Students will explore how heat acts as an input of energy and creates change through conduction and convection, using fire adapted pinecones and making popcorn as demonstrations of the phenomenon.

Activity Type:

Lesson

Target Grade Level:

K-2, 3-5, 6-8, 9-12

Estimated Duration:

Varies

Topics:

Fire

Possible Connections to NGSS

Performance Expectations

K-LS1-1: Use observations to describe patterns of what plants, animals and humans need to survive.

K-2-ETS1-2: Develop a simple sketch, drawing, or physical model to illustrate how the shape of an object helps it function as needed to solve a given problem.

2-PS1-4: Construct an argument with evidence that some changes caused by heating or cooling can be reversed and some cannot.

3-LS3-2: Use evidence to support the explanation that traits can be influenced by the environment.

3-LS4-3: Construct an argument with evidence that in a particular habitat some organisms can survive well, some less well and some not at all.

4-PS3-2: Make observations to provide evidence that energy can be transferred from place to place by sound, light, heat, and electric currents.

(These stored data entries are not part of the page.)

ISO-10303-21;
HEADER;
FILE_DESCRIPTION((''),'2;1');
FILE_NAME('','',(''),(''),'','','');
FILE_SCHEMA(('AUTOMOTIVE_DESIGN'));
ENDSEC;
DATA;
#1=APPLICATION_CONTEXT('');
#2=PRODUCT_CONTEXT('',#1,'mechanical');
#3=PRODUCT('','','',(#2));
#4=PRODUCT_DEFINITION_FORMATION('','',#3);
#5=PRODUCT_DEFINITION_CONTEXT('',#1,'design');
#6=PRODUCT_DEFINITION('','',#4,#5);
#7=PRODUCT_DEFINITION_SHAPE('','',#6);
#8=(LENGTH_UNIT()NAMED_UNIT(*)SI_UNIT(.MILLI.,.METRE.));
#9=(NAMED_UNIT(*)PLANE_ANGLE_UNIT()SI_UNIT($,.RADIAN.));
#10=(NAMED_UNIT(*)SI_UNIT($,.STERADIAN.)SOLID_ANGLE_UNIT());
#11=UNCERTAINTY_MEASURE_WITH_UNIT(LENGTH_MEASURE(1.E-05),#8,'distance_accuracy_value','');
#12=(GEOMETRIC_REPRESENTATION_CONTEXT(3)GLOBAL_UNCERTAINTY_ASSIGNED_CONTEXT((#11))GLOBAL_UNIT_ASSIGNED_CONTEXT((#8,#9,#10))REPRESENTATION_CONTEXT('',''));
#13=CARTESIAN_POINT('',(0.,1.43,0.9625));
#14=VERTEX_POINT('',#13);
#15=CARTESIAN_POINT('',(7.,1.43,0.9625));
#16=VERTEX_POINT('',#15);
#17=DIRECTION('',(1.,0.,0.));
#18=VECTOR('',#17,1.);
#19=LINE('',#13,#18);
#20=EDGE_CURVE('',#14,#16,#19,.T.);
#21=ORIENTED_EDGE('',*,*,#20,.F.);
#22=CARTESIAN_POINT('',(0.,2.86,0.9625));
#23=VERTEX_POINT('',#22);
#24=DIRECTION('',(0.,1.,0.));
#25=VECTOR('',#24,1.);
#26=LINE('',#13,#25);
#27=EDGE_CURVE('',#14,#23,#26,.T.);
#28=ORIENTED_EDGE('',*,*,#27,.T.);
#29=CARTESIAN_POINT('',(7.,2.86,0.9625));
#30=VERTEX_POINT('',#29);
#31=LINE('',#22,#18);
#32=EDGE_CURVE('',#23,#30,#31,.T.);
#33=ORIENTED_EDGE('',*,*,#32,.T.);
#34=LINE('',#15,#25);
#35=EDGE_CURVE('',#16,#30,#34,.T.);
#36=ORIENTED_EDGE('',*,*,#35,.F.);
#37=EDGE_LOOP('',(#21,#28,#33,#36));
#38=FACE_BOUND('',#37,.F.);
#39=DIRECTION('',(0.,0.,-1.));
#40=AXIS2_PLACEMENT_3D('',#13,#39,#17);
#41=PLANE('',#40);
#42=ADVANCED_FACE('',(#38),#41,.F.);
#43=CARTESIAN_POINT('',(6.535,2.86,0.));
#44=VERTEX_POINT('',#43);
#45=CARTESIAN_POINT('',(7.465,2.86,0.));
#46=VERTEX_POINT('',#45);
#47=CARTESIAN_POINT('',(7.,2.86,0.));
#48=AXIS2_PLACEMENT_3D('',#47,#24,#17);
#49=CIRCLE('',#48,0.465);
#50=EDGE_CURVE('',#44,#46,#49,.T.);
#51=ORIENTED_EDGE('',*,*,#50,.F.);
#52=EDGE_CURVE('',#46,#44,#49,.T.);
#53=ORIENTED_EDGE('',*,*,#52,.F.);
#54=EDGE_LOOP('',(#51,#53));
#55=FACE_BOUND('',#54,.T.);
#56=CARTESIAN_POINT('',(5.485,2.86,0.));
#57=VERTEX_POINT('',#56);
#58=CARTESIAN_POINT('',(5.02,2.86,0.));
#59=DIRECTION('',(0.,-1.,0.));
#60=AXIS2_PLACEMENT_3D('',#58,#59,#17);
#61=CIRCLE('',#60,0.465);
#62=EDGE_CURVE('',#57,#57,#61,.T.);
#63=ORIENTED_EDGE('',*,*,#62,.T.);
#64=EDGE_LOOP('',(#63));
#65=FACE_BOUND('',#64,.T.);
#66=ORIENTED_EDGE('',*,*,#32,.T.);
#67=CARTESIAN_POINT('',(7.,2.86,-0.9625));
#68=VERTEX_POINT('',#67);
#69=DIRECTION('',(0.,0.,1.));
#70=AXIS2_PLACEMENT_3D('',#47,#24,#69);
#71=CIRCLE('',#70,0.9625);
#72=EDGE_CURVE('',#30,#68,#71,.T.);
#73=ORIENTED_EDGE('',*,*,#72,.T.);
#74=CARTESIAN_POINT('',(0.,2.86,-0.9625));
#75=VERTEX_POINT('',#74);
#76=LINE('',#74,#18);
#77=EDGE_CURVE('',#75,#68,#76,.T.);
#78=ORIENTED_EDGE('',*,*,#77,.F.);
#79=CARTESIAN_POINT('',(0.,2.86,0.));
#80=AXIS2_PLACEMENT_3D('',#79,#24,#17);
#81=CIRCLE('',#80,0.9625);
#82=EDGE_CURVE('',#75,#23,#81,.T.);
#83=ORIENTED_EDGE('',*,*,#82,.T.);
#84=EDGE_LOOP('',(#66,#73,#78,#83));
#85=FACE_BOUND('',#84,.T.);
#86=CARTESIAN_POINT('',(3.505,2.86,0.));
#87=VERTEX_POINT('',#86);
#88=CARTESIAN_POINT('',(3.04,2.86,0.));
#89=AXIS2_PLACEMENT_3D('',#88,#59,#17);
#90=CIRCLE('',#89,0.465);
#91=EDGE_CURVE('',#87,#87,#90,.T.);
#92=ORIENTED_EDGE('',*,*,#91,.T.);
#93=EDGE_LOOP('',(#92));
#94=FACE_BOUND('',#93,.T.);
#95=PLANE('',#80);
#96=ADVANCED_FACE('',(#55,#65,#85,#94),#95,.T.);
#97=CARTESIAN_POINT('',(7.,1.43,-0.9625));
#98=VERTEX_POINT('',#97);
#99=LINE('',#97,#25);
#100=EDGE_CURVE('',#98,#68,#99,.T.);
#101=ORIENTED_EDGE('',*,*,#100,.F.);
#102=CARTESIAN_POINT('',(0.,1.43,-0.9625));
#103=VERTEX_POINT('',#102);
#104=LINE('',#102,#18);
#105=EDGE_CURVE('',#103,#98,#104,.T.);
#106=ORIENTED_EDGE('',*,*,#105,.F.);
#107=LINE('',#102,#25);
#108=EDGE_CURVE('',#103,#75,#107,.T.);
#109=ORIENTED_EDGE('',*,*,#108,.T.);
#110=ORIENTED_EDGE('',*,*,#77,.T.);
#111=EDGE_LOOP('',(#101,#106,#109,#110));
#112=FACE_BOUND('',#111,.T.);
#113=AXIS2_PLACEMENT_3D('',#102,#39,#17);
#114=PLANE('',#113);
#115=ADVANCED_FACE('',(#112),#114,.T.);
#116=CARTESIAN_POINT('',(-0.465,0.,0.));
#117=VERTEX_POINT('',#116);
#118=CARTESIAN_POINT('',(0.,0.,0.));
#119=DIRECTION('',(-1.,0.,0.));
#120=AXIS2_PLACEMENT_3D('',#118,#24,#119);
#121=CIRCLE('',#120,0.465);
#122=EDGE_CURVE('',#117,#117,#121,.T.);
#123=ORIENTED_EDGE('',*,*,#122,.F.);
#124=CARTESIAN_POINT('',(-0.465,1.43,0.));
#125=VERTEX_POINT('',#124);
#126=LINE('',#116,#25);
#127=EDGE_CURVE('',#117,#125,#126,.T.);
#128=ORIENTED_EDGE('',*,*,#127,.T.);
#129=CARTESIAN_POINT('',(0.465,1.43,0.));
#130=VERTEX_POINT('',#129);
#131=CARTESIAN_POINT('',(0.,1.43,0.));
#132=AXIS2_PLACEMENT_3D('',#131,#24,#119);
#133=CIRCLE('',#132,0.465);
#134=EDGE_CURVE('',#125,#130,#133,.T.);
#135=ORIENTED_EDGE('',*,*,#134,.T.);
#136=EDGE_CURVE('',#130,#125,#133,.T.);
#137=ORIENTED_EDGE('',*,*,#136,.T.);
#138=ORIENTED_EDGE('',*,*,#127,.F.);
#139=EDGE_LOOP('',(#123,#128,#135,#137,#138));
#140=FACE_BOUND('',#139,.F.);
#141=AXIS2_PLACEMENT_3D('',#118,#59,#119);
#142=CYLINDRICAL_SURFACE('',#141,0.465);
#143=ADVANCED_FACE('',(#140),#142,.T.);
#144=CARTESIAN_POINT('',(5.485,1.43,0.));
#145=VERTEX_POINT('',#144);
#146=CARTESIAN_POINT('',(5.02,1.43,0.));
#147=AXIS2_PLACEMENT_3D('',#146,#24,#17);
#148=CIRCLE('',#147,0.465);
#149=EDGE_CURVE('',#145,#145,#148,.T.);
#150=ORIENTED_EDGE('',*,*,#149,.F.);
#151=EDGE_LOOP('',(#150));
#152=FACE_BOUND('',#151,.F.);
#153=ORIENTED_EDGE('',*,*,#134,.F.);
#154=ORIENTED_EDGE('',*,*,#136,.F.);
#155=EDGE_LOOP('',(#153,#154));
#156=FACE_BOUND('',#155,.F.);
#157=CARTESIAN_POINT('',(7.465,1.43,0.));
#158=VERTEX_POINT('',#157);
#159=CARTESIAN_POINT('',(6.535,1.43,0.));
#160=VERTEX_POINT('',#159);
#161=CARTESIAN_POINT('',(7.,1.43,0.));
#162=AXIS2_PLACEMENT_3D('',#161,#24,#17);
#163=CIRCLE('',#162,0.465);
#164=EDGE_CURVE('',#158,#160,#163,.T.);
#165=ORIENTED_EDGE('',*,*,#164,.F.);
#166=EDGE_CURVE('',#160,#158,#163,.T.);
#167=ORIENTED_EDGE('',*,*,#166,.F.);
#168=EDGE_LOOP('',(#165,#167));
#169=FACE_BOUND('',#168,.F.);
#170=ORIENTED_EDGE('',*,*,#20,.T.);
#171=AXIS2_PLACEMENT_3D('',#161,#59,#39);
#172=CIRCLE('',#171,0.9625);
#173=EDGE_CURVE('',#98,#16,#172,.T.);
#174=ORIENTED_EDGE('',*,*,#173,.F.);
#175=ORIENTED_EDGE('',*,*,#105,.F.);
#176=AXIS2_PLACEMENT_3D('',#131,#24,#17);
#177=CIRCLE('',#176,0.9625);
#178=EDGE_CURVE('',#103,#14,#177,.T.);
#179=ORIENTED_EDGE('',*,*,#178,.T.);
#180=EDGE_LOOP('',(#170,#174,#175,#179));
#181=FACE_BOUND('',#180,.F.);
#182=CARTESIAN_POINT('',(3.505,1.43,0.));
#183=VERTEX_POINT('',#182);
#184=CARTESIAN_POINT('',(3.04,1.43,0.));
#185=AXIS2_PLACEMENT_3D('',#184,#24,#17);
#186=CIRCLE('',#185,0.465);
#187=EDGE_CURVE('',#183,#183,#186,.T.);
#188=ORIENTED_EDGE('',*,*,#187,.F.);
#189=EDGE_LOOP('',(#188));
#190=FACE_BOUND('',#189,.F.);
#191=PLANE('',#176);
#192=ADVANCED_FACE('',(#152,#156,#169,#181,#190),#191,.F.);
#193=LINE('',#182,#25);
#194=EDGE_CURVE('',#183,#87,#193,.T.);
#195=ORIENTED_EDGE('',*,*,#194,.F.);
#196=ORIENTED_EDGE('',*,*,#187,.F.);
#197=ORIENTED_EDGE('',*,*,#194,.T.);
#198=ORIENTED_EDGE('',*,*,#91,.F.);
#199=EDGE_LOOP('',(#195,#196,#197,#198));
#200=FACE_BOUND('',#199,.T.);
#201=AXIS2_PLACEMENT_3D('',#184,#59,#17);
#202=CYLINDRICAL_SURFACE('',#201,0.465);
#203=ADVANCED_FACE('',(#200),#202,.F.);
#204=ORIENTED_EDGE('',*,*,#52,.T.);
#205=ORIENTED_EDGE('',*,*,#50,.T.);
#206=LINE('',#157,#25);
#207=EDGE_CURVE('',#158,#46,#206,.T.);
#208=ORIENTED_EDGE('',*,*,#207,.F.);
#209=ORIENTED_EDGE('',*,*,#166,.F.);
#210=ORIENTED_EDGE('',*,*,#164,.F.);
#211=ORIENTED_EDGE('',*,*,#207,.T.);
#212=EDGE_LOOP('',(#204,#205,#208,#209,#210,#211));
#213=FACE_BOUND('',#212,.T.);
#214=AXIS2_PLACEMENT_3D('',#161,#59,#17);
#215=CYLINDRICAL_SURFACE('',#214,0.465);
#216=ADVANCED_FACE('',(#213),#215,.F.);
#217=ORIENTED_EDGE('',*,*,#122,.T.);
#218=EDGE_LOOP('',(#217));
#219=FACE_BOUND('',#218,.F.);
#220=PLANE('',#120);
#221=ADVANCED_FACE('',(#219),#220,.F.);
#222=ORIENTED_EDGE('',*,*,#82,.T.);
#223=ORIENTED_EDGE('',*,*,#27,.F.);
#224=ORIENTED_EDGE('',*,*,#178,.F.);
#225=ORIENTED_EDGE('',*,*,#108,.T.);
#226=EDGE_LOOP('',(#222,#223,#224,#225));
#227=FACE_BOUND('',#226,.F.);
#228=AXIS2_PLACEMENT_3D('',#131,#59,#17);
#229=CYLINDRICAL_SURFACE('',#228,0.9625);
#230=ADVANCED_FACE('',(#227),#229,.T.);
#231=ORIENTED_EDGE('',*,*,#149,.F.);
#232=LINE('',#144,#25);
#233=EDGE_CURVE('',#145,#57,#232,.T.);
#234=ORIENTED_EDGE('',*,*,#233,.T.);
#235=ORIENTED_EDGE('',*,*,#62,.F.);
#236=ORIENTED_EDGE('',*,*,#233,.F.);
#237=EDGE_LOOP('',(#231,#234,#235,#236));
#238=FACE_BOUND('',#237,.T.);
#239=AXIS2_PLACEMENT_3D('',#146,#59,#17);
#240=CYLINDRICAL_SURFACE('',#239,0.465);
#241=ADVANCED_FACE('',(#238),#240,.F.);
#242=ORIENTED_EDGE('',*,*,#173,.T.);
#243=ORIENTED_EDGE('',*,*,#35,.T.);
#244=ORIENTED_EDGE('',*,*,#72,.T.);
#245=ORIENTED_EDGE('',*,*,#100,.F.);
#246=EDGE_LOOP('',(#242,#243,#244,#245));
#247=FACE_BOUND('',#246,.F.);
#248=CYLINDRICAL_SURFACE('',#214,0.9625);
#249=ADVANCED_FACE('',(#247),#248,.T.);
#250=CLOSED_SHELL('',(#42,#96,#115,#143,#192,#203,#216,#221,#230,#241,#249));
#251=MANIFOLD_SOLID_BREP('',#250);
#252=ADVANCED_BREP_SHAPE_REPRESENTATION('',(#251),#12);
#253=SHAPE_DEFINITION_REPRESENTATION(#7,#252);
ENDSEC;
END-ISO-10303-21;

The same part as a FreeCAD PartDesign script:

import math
import FreeCAD as App
import Part
import Sketcher

V = App.Vector

doc = App.newDocument("Part")
params = doc.addObject("Spreadsheet::Sheet", "Params")
for row, (alias, value) in enumerate([
    ("sketch1_diameter", "0.93 mm"),
    ("pad1_length", "1.43 mm"),
    ("sketch2_diameter", "0.93 mm"),
    ("sketch2_width", "7 mm"),
    ("pad2_length", "1.43 mm"),
], start=1):
    params.set(f"A{row}", alias)
    params.set(f"B{row}", "=" + value)
    params.setAlias(f"B{row}", alias)

body = doc.addObject("PartDesign::Body", "Body")

# Sketch on XZ plane
sketch1 = doc.addObject("Sketcher::SketchObject", "Sketch")
body.addObject(sketch1)
sketch1.AttachmentSupport = (doc.XZ_Plane, [""])
sketch1.MapMode = "FlatFace"
sketch1.addGeometry(Part.Circle(V(0, 0, 0), V(0, 0, 1), 0.47), False)
sketch1.addConstraint(Sketcher.Constraint("Coincident", 0, 3, -1, 1))
sketch1.addConstraint(Sketcher.Constraint("Diameter", 0, 0.93))
sketch1.setExpression("Constraints[1]", "Params.sketch1_diameter")
pad1 = doc.addObject("PartDesign::Pad", "Pad")
body.addObject(pad1)
pad1.Profile = sketch1
pad1.setExpression("Length", "Params.pad1_length")
pad1.Reversed = True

4-LS1-1: Construct an argument that plants and animals have internal and external structures that function to support survival, growth, behavior, and reproduction.

MS-LS2-4: Construct an argument supported by empirical evidence that changes to physical or biological components of an ecosystem affect populations.

HS-LS4-5: Evaluate the evidence supporting claims that changes in environmental conditions may result in (1) increases in the number of individuals of some species, (2) the emergence of new species over time, and (3) the extinction of other species.